*** Record set Section Begins ***
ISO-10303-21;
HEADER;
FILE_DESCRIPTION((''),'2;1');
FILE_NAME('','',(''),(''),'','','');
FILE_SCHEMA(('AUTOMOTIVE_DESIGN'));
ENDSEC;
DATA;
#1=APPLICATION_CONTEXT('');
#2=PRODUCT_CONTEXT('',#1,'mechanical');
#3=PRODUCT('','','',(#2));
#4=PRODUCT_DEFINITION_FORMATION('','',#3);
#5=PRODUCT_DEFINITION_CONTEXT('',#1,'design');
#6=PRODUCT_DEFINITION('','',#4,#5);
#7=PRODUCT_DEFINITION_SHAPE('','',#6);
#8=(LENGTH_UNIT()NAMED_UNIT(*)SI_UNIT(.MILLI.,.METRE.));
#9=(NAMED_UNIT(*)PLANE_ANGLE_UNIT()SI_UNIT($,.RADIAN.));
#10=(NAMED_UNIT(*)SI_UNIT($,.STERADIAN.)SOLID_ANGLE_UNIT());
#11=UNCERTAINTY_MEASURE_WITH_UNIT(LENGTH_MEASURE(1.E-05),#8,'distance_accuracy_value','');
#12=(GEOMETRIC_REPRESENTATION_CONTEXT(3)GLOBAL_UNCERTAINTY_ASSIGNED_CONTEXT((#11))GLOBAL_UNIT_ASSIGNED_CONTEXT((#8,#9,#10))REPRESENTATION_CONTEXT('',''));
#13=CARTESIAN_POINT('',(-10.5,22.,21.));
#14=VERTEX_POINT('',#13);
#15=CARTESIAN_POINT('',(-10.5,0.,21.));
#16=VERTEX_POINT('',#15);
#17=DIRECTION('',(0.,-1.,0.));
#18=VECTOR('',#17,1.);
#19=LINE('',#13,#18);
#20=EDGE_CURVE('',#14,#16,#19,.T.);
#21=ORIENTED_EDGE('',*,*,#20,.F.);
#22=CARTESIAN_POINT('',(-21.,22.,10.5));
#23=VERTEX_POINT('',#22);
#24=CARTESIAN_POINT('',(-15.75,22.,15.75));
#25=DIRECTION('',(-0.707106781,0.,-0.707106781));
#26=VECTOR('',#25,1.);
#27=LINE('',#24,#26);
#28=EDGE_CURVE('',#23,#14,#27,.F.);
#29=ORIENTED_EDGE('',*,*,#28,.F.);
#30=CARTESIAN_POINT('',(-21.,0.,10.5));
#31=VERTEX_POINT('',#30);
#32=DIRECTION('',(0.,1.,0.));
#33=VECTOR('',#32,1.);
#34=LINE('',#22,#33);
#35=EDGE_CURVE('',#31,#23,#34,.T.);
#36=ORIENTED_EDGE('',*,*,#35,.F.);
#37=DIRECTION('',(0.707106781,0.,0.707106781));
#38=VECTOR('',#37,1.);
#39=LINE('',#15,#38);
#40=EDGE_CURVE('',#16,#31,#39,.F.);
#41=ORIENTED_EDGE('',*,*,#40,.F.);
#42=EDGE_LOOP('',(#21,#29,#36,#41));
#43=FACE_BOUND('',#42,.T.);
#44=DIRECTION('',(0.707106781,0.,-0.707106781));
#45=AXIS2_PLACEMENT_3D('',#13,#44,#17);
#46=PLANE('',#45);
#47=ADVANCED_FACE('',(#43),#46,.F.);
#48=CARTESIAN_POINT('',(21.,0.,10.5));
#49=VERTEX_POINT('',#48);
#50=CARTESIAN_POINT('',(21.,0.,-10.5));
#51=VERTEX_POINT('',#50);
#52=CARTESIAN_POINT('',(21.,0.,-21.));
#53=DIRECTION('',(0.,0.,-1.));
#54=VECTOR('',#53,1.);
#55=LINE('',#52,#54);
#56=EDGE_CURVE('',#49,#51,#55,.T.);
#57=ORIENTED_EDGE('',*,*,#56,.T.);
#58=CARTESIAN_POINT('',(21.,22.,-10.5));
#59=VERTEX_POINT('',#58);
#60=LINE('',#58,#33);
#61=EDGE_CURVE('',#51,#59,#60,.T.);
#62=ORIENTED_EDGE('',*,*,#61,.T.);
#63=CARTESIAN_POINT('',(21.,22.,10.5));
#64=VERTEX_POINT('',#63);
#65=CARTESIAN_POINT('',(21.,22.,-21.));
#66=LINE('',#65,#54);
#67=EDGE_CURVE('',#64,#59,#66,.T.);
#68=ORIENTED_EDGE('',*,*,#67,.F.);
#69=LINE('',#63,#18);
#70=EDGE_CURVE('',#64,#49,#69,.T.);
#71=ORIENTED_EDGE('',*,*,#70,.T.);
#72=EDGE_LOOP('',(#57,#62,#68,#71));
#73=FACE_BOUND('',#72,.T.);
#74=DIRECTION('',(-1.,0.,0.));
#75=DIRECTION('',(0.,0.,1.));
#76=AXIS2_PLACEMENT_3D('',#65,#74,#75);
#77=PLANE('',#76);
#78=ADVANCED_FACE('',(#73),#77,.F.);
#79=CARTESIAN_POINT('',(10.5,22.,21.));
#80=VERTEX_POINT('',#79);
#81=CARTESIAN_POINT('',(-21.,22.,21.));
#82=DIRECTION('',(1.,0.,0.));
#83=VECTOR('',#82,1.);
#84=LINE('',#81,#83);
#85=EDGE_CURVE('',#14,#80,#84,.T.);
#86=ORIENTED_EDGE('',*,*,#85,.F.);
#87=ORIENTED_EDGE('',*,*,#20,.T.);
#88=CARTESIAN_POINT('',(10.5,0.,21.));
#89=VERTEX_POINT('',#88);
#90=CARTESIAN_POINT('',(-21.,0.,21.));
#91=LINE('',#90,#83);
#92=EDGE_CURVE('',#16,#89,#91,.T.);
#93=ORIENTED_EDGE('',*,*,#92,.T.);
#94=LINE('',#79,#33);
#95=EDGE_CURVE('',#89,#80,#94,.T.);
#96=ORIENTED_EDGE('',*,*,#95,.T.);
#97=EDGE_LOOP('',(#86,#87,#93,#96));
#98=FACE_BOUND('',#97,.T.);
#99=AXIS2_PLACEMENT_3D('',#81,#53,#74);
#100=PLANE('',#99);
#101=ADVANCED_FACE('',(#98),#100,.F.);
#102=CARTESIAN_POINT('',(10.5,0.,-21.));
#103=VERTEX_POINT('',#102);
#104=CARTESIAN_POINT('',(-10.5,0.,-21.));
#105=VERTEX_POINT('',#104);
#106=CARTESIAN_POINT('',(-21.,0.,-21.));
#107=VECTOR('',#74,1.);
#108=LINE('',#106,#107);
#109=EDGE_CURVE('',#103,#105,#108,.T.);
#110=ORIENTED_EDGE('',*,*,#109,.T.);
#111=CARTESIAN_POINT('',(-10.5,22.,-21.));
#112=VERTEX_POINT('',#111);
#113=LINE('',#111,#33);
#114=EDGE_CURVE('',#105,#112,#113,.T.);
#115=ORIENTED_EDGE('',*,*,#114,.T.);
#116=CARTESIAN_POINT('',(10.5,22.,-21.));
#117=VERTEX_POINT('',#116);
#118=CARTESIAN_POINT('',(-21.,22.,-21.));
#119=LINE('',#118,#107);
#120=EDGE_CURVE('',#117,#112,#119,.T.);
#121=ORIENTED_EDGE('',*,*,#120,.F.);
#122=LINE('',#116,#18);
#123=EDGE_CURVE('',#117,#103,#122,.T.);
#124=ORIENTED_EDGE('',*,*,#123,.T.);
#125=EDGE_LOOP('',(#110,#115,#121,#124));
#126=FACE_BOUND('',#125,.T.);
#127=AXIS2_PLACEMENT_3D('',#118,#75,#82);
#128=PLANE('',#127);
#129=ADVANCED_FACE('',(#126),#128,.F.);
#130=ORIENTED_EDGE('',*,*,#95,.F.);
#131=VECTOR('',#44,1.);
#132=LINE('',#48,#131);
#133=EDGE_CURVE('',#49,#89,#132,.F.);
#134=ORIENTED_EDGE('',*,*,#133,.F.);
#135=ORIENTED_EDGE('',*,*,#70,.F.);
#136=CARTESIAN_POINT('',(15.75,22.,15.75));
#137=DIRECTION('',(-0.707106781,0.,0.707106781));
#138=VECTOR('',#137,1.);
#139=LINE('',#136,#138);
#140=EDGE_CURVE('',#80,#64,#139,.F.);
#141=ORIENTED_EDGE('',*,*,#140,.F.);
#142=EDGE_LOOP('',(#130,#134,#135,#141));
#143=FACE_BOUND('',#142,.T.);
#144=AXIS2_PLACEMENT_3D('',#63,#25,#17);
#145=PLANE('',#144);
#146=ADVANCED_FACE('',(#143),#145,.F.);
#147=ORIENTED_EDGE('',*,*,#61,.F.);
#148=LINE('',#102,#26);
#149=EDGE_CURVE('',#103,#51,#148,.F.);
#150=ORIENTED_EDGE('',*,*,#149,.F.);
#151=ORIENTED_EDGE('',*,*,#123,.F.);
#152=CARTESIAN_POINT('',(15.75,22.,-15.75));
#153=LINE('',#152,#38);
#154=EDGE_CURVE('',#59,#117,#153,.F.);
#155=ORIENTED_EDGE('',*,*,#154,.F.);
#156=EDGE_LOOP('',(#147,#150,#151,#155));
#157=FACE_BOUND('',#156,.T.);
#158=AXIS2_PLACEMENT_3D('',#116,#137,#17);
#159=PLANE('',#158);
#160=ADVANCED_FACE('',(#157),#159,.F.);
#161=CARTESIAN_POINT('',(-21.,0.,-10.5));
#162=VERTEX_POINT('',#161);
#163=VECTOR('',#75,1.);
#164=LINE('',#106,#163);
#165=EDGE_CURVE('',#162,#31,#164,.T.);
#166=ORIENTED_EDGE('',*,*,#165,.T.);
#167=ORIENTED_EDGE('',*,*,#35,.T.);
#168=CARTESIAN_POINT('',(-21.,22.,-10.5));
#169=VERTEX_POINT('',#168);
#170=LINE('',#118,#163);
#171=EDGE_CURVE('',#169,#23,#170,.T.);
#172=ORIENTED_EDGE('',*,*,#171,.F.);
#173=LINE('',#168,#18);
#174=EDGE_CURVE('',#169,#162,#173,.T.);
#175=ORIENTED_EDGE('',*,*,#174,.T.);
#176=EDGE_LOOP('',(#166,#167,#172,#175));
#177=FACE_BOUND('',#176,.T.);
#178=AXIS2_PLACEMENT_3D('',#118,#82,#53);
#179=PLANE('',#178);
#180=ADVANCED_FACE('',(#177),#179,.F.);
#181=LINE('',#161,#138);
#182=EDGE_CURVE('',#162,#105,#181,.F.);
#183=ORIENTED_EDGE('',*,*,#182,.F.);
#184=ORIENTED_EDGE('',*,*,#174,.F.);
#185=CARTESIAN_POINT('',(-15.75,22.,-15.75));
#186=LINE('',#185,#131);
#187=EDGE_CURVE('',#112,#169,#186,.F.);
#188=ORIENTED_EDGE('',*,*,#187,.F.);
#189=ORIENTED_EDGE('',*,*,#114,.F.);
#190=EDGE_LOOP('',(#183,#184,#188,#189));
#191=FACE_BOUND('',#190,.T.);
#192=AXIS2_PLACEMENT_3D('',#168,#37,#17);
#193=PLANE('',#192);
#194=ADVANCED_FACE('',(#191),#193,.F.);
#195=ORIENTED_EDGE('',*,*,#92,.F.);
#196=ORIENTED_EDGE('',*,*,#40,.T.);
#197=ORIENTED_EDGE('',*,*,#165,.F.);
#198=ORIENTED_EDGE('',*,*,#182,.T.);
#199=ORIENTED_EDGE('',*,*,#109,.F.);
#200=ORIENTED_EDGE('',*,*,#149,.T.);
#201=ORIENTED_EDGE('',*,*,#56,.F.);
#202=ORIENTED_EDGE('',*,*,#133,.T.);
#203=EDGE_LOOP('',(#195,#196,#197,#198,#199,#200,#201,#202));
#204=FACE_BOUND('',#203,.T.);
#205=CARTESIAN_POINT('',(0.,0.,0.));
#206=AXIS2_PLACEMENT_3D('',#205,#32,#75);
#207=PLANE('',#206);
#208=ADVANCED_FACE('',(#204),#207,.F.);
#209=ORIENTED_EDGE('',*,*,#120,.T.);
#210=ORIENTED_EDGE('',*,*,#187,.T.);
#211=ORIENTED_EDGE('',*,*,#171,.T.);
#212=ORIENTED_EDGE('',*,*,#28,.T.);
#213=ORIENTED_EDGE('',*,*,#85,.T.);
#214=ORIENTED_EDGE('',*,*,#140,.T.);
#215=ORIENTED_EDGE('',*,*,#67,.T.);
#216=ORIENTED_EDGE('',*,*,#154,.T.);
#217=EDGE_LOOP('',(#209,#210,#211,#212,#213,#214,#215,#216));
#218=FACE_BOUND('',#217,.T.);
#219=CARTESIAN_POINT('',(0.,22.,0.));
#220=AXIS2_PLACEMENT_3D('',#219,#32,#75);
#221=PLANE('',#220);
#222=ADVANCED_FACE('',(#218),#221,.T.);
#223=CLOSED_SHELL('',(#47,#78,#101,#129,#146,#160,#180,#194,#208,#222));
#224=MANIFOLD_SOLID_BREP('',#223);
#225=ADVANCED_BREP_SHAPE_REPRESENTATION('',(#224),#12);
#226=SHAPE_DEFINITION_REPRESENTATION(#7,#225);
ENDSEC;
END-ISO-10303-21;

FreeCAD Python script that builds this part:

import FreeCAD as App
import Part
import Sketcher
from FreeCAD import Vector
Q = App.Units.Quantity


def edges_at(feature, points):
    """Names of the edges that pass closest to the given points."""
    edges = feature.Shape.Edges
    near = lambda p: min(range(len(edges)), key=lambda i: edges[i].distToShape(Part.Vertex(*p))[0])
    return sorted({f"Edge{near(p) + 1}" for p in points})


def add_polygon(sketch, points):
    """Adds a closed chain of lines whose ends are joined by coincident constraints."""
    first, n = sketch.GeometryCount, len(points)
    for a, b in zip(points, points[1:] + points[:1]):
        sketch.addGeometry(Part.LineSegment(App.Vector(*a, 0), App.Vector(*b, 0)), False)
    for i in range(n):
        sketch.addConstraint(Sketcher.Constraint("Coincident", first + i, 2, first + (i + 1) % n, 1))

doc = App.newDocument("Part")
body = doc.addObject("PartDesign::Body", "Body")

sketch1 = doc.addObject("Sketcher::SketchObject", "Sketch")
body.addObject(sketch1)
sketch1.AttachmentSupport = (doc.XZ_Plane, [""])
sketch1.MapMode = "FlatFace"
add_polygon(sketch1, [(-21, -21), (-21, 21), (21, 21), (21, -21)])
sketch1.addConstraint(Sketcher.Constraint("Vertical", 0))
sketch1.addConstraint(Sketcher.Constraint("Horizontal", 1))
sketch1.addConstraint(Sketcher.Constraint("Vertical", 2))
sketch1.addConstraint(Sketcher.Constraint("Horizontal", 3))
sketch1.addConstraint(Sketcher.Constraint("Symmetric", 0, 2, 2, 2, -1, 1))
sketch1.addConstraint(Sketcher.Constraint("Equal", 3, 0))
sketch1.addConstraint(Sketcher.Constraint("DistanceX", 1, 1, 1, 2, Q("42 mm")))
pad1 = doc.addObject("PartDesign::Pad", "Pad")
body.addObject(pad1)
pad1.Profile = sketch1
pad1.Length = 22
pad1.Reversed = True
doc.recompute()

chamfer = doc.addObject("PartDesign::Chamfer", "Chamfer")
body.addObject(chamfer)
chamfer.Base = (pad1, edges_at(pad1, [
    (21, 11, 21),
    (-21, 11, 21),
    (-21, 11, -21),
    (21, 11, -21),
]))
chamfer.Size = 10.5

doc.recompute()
*** Record set Section Ends ***
**Exercise**
A word-for-word copy of the lines above from the one with "#32=DIRECTION('',(0.,1.,0.));" through the one with "#91=LINE('',#90,#83);", inclusive, is the only output wanted.

**Result of this task**
#32=DIRECTION('',(0.,1.,0.));
#33=VECTOR('',#32,1.);
#34=LINE('',#22,#33);
#35=EDGE_CURVE('',#31,#23,#34,.T.);
#36=ORIENTED_EDGE('',*,*,#35,.F.);
#37=DIRECTION('',(0.707106781,0.,0.707106781));
#38=VECTOR('',#37,1.);
#39=LINE('',#15,#38);
#40=EDGE_CURVE('',#16,#31,#39,.F.);
#41=ORIENTED_EDGE('',*,*,#40,.F.);
#42=EDGE_LOOP('',(#21,#29,#36,#41));
#43=FACE_BOUND('',#42,.T.);
#44=DIRECTION('',(0.707106781,0.,-0.707106781));
#45=AXIS2_PLACEMENT_3D('',#13,#44,#17);
#46=PLANE('',#45);
#47=ADVANCED_FACE('',(#43),#46,.F.);
#48=CARTESIAN_POINT('',(21.,0.,10.5));
#49=VERTEX_POINT('',#48);
#50=CARTESIAN_POINT('',(21.,0.,-10.5));
#51=VERTEX_POINT('',#50);
#52=CARTESIAN_POINT('',(21.,0.,-21.));
#53=DIRECTION('',(0.,0.,-1.));
#54=VECTOR('',#53,1.);
#55=LINE('',#52,#54);
#56=EDGE_CURVE('',#49,#51,#55,.T.);
#57=ORIENTED_EDGE('',*,*,#56,.T.);
#58=CARTESIAN_POINT('',(21.,22.,-10.5));
#59=VERTEX_POINT('',#58);
#60=LINE('',#58,#33);
#61=EDGE_CURVE('',#51,#59,#60,.T.);
#62=ORIENTED_EDGE('',*,*,#61,.T.);
#63=CARTESIAN_POINT('',(21.,22.,10.5));
#64=VERTEX_POINT('',#63);
#65=CARTESIAN_POINT('',(21.,22.,-21.));
#66=LINE('',#65,#54);
#67=EDGE_CURVE('',#64,#59,#66,.T.);
#68=ORIENTED_EDGE('',*,*,#67,.F.);
#69=LINE('',#63,#18);
#70=EDGE_CURVE('',#64,#49,#69,.T.);
#71=ORIENTED_EDGE('',*,*,#70,.T.);
#72=EDGE_LOOP('',(#57,#62,#68,#71));
#73=FACE_BOUND('',#72,.T.);
#74=DIRECTION('',(-1.,0.,0.));
#75=DIRECTION('',(0.,0.,1.));
#76=AXIS2_PLACEMENT_3D('',#65,#74,#75);
#77=PLANE('',#76);
#78=ADVANCED_FACE('',(#73),#77,.F.);
#79=CARTESIAN_POINT('',(10.5,22.,21.));
#80=VERTEX_POINT('',#79);
#81=CARTESIAN_POINT('',(-21.,22.,21.));
#82=DIRECTION('',(1.,0.,0.));
#83=VECTOR('',#82,1.);
#84=LINE('',#81,#83);
#85=EDGE_CURVE('',#14,#80,#84,.T.);
#86=ORIENTED_EDGE('',*,*,#85,.F.);
#87=ORIENTED_EDGE('',*,*,#20,.T.);
#88=CARTESIAN_POINT('',(10.5,0.,21.));
#89=VERTEX_POINT('',#88);
#90=CARTESIAN_POINT('',(-21.,0.,21.));
#91=LINE('',#90,#83);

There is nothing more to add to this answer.